The free-to-play “Portal meets Halo” FPS Splitgate has been around on PC for a couple of years now, during which time it’s struggled to maintain a player base. According to Steam Charts, a reasonably strong launch in May 2019 quickly tailed off to an average monthly concurrent player count of just over 100. Things started to pick up a bit in late 2020, but over the past week the player count has exploded, to the point that it can be very difficult to matchmake into a game.
The reason is the upcoming console launch, set for July 27, and more specifically the open beta that’s going on right now. The beta launched on July 13 with full crossplay between PC, Xbox, and PlayStation, and was a runaway success—to the point that developer 1047 Games first extended the beta, and then yesterday took it offline completely because the servers were being crushed by demand.
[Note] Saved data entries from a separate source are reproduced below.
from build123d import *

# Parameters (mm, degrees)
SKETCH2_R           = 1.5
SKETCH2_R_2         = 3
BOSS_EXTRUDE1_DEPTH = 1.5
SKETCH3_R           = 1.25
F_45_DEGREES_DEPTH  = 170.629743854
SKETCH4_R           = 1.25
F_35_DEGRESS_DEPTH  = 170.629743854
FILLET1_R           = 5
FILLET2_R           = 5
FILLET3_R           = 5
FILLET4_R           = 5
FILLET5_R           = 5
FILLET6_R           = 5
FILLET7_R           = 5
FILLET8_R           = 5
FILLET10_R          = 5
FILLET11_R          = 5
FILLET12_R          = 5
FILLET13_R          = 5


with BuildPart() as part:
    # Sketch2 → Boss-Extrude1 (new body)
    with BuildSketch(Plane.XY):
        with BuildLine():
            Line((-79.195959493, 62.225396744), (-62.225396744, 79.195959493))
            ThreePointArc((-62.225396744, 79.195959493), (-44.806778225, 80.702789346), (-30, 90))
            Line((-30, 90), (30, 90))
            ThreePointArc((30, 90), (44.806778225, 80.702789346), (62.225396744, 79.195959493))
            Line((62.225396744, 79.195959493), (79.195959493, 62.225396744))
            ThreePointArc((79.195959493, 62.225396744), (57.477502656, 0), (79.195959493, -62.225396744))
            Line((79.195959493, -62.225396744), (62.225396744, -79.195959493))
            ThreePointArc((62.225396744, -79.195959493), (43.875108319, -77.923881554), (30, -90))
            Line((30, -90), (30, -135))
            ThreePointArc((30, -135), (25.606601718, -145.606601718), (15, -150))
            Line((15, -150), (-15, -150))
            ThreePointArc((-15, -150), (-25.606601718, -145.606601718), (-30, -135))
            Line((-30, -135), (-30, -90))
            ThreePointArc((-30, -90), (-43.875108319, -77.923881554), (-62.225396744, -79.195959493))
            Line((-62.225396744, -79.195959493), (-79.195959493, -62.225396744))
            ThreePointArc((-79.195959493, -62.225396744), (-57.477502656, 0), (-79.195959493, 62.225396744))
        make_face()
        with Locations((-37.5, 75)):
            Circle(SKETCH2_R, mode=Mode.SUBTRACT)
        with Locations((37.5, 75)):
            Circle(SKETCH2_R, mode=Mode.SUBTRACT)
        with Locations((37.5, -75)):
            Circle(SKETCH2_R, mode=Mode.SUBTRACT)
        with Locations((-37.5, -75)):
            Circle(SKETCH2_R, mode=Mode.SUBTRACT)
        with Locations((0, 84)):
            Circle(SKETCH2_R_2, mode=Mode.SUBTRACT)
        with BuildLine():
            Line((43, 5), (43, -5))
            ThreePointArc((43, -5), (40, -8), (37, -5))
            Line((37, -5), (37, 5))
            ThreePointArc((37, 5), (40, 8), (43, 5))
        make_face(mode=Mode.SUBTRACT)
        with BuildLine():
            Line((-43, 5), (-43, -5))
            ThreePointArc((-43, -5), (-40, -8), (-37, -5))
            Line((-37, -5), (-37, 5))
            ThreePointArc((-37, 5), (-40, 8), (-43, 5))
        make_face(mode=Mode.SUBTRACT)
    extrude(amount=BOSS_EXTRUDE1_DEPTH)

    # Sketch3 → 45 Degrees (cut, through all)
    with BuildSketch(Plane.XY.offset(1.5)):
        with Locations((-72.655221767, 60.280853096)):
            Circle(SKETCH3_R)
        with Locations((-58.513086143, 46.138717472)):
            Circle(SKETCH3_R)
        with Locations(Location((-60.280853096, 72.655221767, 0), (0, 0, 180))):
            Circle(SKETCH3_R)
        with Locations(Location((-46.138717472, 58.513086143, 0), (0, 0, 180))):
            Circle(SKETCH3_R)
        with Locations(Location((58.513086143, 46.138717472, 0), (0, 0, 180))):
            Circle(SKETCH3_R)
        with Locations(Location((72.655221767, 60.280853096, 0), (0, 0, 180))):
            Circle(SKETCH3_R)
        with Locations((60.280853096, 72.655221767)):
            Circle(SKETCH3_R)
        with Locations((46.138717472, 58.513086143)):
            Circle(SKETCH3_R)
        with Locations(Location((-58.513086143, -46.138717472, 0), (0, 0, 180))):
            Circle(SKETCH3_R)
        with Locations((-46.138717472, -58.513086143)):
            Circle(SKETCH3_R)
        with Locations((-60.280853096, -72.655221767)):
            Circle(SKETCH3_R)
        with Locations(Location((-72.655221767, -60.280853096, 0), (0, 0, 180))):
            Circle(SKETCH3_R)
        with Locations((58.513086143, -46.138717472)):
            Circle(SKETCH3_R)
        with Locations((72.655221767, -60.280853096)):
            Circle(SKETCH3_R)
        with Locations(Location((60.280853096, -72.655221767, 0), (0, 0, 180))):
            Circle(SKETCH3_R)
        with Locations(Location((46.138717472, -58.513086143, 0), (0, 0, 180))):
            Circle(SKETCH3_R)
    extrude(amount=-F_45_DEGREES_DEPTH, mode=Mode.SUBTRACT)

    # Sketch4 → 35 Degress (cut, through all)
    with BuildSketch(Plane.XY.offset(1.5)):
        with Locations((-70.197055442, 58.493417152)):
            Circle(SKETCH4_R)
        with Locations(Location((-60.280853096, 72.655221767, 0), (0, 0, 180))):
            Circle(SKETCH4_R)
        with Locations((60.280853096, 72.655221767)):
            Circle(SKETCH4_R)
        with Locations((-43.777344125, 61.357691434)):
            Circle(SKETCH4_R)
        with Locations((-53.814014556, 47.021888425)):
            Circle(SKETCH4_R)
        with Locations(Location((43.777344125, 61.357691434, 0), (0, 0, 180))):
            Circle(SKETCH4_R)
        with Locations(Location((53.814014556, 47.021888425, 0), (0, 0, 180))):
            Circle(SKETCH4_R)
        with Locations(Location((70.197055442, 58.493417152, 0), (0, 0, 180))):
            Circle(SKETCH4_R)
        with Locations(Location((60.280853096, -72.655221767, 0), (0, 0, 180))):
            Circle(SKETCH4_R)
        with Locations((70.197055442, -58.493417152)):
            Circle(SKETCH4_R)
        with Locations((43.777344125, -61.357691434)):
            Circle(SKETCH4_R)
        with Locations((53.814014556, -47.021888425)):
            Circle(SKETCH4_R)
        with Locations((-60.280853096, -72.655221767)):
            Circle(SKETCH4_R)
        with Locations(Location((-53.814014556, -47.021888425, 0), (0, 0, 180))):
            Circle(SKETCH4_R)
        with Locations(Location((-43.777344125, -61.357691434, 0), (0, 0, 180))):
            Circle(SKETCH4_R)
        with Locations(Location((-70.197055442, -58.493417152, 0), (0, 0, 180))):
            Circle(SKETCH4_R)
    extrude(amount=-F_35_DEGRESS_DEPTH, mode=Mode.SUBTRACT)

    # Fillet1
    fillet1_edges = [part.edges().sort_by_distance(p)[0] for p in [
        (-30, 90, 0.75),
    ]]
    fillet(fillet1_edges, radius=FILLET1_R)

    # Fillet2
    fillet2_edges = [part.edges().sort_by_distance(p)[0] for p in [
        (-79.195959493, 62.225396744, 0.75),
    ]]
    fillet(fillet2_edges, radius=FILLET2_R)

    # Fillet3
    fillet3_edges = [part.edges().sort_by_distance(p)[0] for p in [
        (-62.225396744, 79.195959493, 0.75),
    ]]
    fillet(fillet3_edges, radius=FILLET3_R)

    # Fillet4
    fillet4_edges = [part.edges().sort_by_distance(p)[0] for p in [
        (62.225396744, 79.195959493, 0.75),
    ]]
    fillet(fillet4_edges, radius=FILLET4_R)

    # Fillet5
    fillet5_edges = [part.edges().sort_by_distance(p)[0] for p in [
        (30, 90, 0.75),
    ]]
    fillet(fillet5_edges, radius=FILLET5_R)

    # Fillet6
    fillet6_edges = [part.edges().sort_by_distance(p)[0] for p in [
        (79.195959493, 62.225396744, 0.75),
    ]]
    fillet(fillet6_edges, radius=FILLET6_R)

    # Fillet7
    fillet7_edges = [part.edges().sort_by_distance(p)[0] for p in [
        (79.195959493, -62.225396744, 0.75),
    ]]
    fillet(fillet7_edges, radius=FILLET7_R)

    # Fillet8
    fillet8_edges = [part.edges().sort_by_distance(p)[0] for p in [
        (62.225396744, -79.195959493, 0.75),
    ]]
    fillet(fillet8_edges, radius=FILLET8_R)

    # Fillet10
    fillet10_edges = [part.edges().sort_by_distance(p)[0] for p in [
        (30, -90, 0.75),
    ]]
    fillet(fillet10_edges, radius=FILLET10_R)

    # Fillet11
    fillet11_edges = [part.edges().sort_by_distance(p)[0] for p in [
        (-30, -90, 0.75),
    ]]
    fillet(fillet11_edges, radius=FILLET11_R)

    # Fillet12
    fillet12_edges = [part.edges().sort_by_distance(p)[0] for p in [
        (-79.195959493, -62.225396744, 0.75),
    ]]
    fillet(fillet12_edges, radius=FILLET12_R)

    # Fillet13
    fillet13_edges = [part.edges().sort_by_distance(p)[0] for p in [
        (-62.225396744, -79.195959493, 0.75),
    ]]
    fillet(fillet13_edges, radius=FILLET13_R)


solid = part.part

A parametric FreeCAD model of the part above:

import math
import FreeCAD as App
import Part
import Sketcher


def edges_at(feature, points):
    """Names of the edges that pass closest to the given points."""
    edges = feature.Shape.Edges
    near = lambda p: min(range(len(edges)), key=lambda i: edges[i].distToShape(Part.Vertex(*p))[0])
    return sorted({f"Edge{near(p) + 1}" for p in points})

doc = App.newDocument("Part")
body = doc.addObject("PartDesign::Body", "Body")

sketch1 = body.newObject("Sketcher::SketchObject", "Sketch")
sketch1.AttachmentSupport = (doc.getObject("XY_Plane"), [""])
sketch1.MapMode = "FlatFace"
sketch1.addGeometry([
    Part.LineSegment(App.Vector(-62.225397, 79.195959, 0), App.Vector(-79.195959, 62.225397, 0)),
    Part.ArcOfCircle(Part.Circle(App.Vector(-157.477503, 0, 0), App.Vector(0, 0, 1), 100), math.radians(-38.480919), math.radians(38.480919)),
    Part.LineSegment(App.Vector(-79.195959, -62.225397, 0), App.Vector(-62.225397, -79.195959, 0)),
    Part.ArcOfCircle(Part.Circle(App.Vector(-51.514719, -100.710678, 0), App.Vector(0, 0, 1), 24.033346), math.radians(26.465512), math.radians(116.465512)),
    Part.LineSegment(App.Vector(-30, -90, 0), App.Vector(-30, -135, 0)),
    Part.ArcOfCircle(Part.Circle(App.Vector(-15, -135, 0), App.Vector(0, 0, 1), 15), math.radians(180), math.radians(270)),
    Part.LineSegment(App.Vector(-15, -150, 0), App.Vector(15, -150, 0)),
    Part.ArcOfCircle(Part.Circle(App.Vector(15, -135, 0), App.Vector(0, 0, 1), 15), math.radians(-90), math.radians(0)),
    Part.LineSegment(App.Vector(30, -135, 0), App.Vector(30, -90, 0)),
    Part.ArcOfCircle(Part.Circle(App.Vector(51.514719, -100.710678, 0), App.Vector(0, 0, 1), 24.033346), math.radians(63.534488), math.radians(153.534488)),
    Part.LineSegment(App.Vector(62.225397, -79.195959, 0), App.Vector(79.195959, -62.225397, 0)),
    Part.ArcOfCircle(Part.Circle(App.Vector(157.477503, 0, 0), App.Vector(0, 0, 1), 100), math.radians(141.519081), math.radians(218.480919)),
    Part.LineSegment(App.Vector(79.195959, 62.225397, 0), App.Vector(62.225397, 79.195959, 0)),
    Part.ArcOfCircle(Part.Circle(App.Vector(56.632635, 115.975976, 0), App.Vector(0, 0, 1), 37.202804), math.radians(-135.715127), math.radians(-81.353849)),
    Part.LineSegment(App.Vector(30, 90, 0), App.Vector(-30, 90, 0)),
    Part.ArcOfCircle(Part.Circle(App.Vector(-56.632635, 115.975976, 0), App.Vector(0, 0, 1), 37.202804), math.radians(-98.646151), math.radians(-44.284873)),
    Part.Circle(App.Vector(37.5, -75, 0), App.Vector(0, 0, 1), 1.5),
    Part.LineSegment(App.Vector(43, 5, 0), App.Vector(43, -5, 0)),
    Part.ArcOfCircle(Part.Circle(App.Vector(40, -5, 0), App.Vector(0, 0, 1), 3), math.radians(180), math.radians(360)),
    Part.LineSegment(App.Vector(37, -5, 0), App.Vector(37, 5, 0)),
    Part.ArcOfCircle(Part.Circle(App.Vector(40, 5, 0), App.Vector(0, 0, 1), 3), math.radians(0), math.radians(180)),
    Part.Circle(App.Vector(-37.5, -75, 0), App.Vector(0, 0, 1), 1.5),
    Part.ArcOfCircle(Part.Circle(App.Vector(-40, 5, 0), App.Vector(0, 0, 1), 3), math.radians(0), math.radians(180)),
    Part.LineSegment(App.Vector(-37, 5, 0), App.Vector(-37, -5, 0)),
    Part.ArcOfCircle(Part.Circle(App.Vector(-40, -5, 0), App.Vector(0, 0, 1), 3), math.radians(180), math.radians(360)),
    Part.LineSegment(App.Vector(-43, -5, 0), App.Vector(-43, 5, 0)),
    Part.Circle(App.Vector(37.5, 75, 0), App.Vector(0, 0, 1), 1.5),
    Part.Circle(App.Vector(0, 84, 0), App.Vector(0, 0, 1), 3),
    Part.Circle(App.Vector(-37.5, 75, 0), App.Vector(0, 0, 1), 1.5),
], False)
sketch1.addConstraint([
    Sketcher.Constraint("Coincident", 0, 2, 1, 2),
    Sketcher.Constraint("Coincident", 1, 1, 2, 1),
    Sketcher.Constraint("Coincident", 2, 2, 3, 2),
    Sketcher.Constraint("Coincident", 3, 1, 4, 1),
    Sketcher.Constraint("Tangent", 4, 2, 5, 1),
    Sketcher.Constraint("Tangent", 5, 2, 6, 1),
    Sketcher.Constraint("Tangent", 6, 2, 7, 1),
    Sketcher.Constraint("Tangent", 7, 2, 8, 1),
    Sketcher.Constraint("Coincident", 8, 2, 9, 2),
    Sketcher.Constraint("Coincident", 9, 1, 10, 1),
    Sketcher.Constraint("Coincident", 10, 2, 11, 2),
    Sketcher.Constraint("Coincident", 11, 1, 12, 1),
    Sketcher.Constraint("Coincident", 12, 2, 13, 2),
    Sketcher.Constraint("Coincident", 13, 1, 14, 1),
    Sketcher.Constraint("Coincident", 14, 2, 15, 2),
    Sketcher.Constraint("Coincident", 15, 1, 0, 1),
    Sketcher.Constraint("Tangent", 17, 2, 18, 2),
    Sketcher.Constraint("Tangent", 18, 1, 19, 1),
    Sketcher.Constraint("Tangent", 19, 2, 20, 2),
    Sketcher.Constraint("Tangent", 20, 1, 17, 1),
    Sketcher.Constraint("Tangent", 22, 1, 23, 1),
    Sketcher.Constraint("Tangent", 23, 2, 24, 2),
    Sketcher.Constraint("Tangent", 24, 1, 25, 1),
    Sketcher.Constraint("Tangent", 25, 2, 22, 2),
    Sketcher.Constraint("Vertical", 4),
    Sketcher.Constraint("Horizontal", 6),
    Sketcher.Constraint("Vertical", 8),
    Sketcher.Constraint("Horizontal", 14),
    Sketcher.Constraint("Vertical", 17),
    Sketcher.Constraint("Vertical", 19),
    Sketcher.Constraint("Vertical", 23),
    Sketcher.Constraint("Vertical", 25),
    Sketcher.Constraint("Equal", 5, 7),
    Sketcher.Constraint("Equal", 3, 9),
    Sketcher.Constraint("Equal", 1, 11),
    Sketcher.Constraint("Equal", 13, 15),
    Sketcher.Constraint("Equal", 16, 21),
    Sketcher.Constraint("Equal", 20, 22),
    Sketcher.Constraint("Equal", 21, 26),
    Sketcher.Constraint("Equal", 24, 27),
    Sketcher.Constraint("Equal", 26, 28),
    Sketcher.Constraint("Symmetric", 1, 3, 11, 3, -1, 1),
    Sketcher.Constraint("Symmetric", 18, 3, 22, 3, -1, 1),
    Sketcher.Constraint("Symmetric", 21, 3, 26, 3, -1, 1),
    Sketcher.Constraint("Symmetric", 16, 3, 28, 3, -1, 1),
    Sketcher.Constraint("Symmetric", 2, 2, 12, 2, -1, 1),
    Sketcher.Constraint("Symmetric", 3, 1, 13, 1, -1, 1),
    Sketcher.Constraint("Symmetric", 8, 2, 14, 2, -1, 1),
    Sketcher.Constraint("Symmetric", 9, 1, 15, 1, -1, 1),
    Sketcher.Constraint("Symmetric", 3, 3, 9, 3, -2),
    Sketcher.Constraint("Symmetric", 16, 3, 21, 3, -2),
    Sketcher.Constraint("Symmetric", 1, 1, 10, 2, -2),
    Sketcher.Constraint("PointOnObject", 27, 3, -2),
    Sketcher.Constraint("Perpendicular", 0, 2),
    Sketcher.Constraint("Perpendicular", 2, 10),
    Sketcher.Constraint("Perpendicular", 10, 12),
    Sketcher.Constraint("Horizontal", 13, 3, 15, 3),
    Sketcher.Constraint("Horizontal", 20, 3, 22, 3),
    Sketcher.Constraint("Horizontal", 18, 3, 24, 3),
    Sketcher.Constraint("Diameter", 16, 3.0),
    Sketcher.Constraint("Diameter", 27, 6.0),
    Sketcher.Constraint("Radius", 1, 100.0),
    Sketcher.Constraint("Radius", 5, 15.0),
    Sketcher.Constraint("DistanceX", 6, 1, 6, 2, 30.0),
    Sketcher.Constraint("DistanceY", 4, 2, 4, 1, 45.0),
    Sketcher.Constraint("DistanceY", 17, 2, 17, 1, 10.0),
    Sketcher.Constraint("Distance", 0, 24.0),
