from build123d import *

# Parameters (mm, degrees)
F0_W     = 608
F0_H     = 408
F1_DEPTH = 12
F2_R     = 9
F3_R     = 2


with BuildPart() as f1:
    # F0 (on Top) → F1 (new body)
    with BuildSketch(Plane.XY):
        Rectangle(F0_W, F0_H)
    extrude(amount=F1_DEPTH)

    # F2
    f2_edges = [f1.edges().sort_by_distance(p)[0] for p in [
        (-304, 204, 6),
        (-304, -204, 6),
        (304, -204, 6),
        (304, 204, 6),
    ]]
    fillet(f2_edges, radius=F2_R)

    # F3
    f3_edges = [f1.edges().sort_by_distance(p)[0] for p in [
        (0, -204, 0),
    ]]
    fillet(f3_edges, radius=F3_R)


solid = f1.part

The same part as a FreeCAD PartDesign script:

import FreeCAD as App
import Part
import Sketcher
from FreeCAD import Vector
Q = App.Units.Quantity


def edges_at(feature, points):
    """Names of the edges that pass closest to the given points."""
    edges = feature.Shape.Edges
    near = lambda p: min(range(len(edges)), key=lambda i: edges[i].distToShape(Part.Vertex(*p))[0])
    return sorted({f"Edge{near(p) + 1}" for p in points})

doc = App.newDocument("Part")
params = doc.addObject("Spreadsheet::Sheet", "Params")
for row, (alias, value) in enumerate([
    ("sketch1_width", "608 mm"),
    ("sketch1_height", "408 mm"),
    ("pad1_length", "12 mm"),
    ("fillet_radius", "9 mm"),
    ("fillet2_radius", "2 mm"),
], start=1):
    params.set(f"A{row}", alias)
    params.set(f"B{row}", "=" + value)
    params.setAlias(f"B{row}", alias)

body = doc.addObject("PartDesign::Body", "Body")

# Sketch on XY plane
sketch1 = body.newObject("Sketcher::SketchObject", "Sketch")
sketch1.AttachmentSupport = (doc.getObject("XY_Plane"), [""])
sketch1.MapMode = "FlatFace"
sketch1.addGeometry([
    Part.LineSegment(Vector(-304, 204, 0), Vector(-304, -204, 0)),
    Part.LineSegment(Vector(-304, -204, 0), Vector(304, -204, 0)),
    Part.LineSegment(Vector(304, -204, 0), Vector(304, 204, 0)),
    Part.LineSegment(Vector(304, 204, 0), Vector(-304, 204, 0)),
], False)
sketch1.addConstraint([
    Sketcher.Constraint("Coincident", 0, 2, 1, 1),
    Sketcher.Constraint("Coincident", 1, 2, 2, 1),
    Sketcher.Constraint("Coincident", 2, 2, 3, 1),
    Sketcher.Constraint("Coincident", 3, 2, 0, 1),
    Sketcher.Constraint("Vertical", 0),
    Sketcher.Constraint("Horizontal", 1),
    Sketcher.Constraint("Vertical", 2),
    Sketcher.Constraint("Horizontal", 3),
    Sketcher.Constraint("Symmetric", 0, 2, 2, 2, -1, 1),
    Sketcher.Constraint("DistanceX", 1, 1, 1, 2, Q("608 mm")),
    Sketcher.Constraint("DistanceY", 0, 2, 0, 1, Q("408 mm")),
])
sketch1.setExpression("Constraints[9]", "Params.sketch1_width")
sketch1.setExpression("Constraints[10]", "Params.sketch1_height")
pad1 = body.newObject("PartDesign::Pad", "Pad")
pad1.Profile = sketch1
pad1.setExpression("Length", "Params.pad1_length")
doc.recompute()

fillet = body.newObject("PartDesign::Fillet", "Fillet")
fillet.Base = (pad1, edges_at(pad1, [
    (-304, 204, 6),
    (-304, -204, 6),
    (304, -204, 6),
    (304, 204, 6),
]))
fillet.setExpression("Radius", "Params.fillet_radius")
doc.recompute()

fillet2 = body.newObject("PartDesign::Fillet", "Fillet001")
fillet2.Base = (fillet, edges_at(fillet, [(0, -204, 0)]))
fillet2.setExpression("Radius", "Params.fillet2_radius")

doc.recompute()
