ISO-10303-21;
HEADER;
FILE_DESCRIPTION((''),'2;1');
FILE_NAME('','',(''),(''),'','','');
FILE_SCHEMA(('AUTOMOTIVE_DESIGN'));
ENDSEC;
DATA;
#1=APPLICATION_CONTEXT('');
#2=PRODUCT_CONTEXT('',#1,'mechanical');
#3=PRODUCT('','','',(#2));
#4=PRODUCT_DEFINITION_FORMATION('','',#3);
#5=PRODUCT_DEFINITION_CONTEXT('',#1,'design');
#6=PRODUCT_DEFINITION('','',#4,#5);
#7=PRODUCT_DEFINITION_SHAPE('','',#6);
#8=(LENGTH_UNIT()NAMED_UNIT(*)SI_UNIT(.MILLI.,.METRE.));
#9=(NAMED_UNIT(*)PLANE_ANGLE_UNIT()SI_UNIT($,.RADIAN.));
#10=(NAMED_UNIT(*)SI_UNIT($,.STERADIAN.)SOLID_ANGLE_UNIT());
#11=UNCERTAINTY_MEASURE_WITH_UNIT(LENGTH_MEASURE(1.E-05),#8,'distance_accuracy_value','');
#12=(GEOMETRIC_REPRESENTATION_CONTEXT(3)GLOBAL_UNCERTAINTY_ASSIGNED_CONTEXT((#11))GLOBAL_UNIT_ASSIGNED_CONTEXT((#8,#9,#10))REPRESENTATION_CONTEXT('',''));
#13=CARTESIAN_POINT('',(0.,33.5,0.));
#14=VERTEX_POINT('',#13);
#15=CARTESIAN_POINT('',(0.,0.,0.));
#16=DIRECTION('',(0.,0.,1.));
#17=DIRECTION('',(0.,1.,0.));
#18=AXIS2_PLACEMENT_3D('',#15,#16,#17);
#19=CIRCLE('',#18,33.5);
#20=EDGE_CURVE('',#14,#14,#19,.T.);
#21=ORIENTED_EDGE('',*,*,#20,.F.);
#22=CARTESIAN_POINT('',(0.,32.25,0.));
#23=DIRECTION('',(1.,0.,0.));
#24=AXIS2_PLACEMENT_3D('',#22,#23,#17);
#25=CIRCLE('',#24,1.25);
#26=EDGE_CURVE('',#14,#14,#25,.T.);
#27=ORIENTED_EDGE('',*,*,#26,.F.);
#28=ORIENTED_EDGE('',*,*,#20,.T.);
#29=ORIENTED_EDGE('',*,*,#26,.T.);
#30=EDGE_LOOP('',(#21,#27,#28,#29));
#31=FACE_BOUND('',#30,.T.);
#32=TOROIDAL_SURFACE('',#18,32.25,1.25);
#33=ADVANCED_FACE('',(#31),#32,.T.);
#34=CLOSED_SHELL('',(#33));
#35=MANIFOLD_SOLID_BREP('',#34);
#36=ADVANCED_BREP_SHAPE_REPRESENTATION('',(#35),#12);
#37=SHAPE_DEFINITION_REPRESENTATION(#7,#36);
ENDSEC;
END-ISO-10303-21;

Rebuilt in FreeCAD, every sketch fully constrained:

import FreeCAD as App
import Part
import Sketcher
from FreeCAD import Vector
Q = App.Units.Quantity

doc = App.newDocument("Part")
body = doc.addObject("PartDesign::Body", "Body")

# Sketch on YZ plane
sketch1 = body.newObject("Sketcher::SketchObject", "Sketch")
sketch1.AttachmentSupport = (doc.getObject("YZ_Plane"), [""])
sketch1.MapMode = "FlatFace"
sketch1.addGeometry(Part.Circle(Vector(32.2, 0, 0), Vector(0, 0, 1), 1.2), False)
sketch1.addConstraint([
    Sketcher.Constraint("PointOnObject", 0, 3, -1),
    Sketcher.Constraint("Diameter", 0, Q("2.5 mm")),
    Sketcher.Constraint("DistanceX", -1, 1, 0, 3, Q("32.25 mm")),
])
revolution = body.newObject("PartDesign::Revolution", "Revolution")
revolution.Profile = sketch1
revolution.ReferenceAxis = (sketch1, ["V_Axis"])
revolution.Angle = 360

doc.recompute()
We have decided to take the beta offline for tonight. It’s been a rough day trying to handle this scale and it’s not fair to you.Everyone who played the beta so far will get 5 drops as a token of our appreciation. Stay tuned for more updates and optimizations in the morning July 22, 2021
The beta test is back, but unfortunately the capacity issues haven’t been resolved. “We spent all night optimizing more but after talking to AWS [Amazon Web Services], we learned our database (redis) can only handle 65,536 concurrent players (what we hit last night),” 1047 tweeted. “So no optimizations matter yet. We are working on a queue system to let 65k ppl in until we remove this limitation.”
Naturally, a large chunk of this sudden uptick in demand is driven by console players, but Steam is seeing a major spike in action as well: Steam Charts says that at this moment, more than 8,400 people are playing the game, a huge jump in demand. And unfortunately, those server woes are impacting PC players along with everyone else: Both Morgan and I tried logging in this afternoon, about 30 minutes apart, and we got this:
1047 said it hoped to have a queue system implemented “shortly” to help better manage traffic, but it also has a pinned tweet that’s pretty clearly aimed at managing expectations:
For those who don’t know, we are a small dev team with a total of 4 engineers, and we’ve had over 500k downloads since the start of beta. We appreciate all the patience and support. We are truly blown away🙏July 19, 2021
The more long-term question is whether Splitgate can maintain these numbers after the full console launch on July 27. With luck it will, or at least something close to it: The much larger player base that comes with crossplay makes it immediately more attractive, and as Morgan pointed out when he looked at a trio of new maps earlier this months, it’s actually pretty good: An “underrated arena FPS that’s basically Halo if everyone carried around a portal gun,” which is definitely not the worst idea for a videogame I’ve ever heard of.
Splitgate is free to play on Steam, and you can find out more at splitgate.com.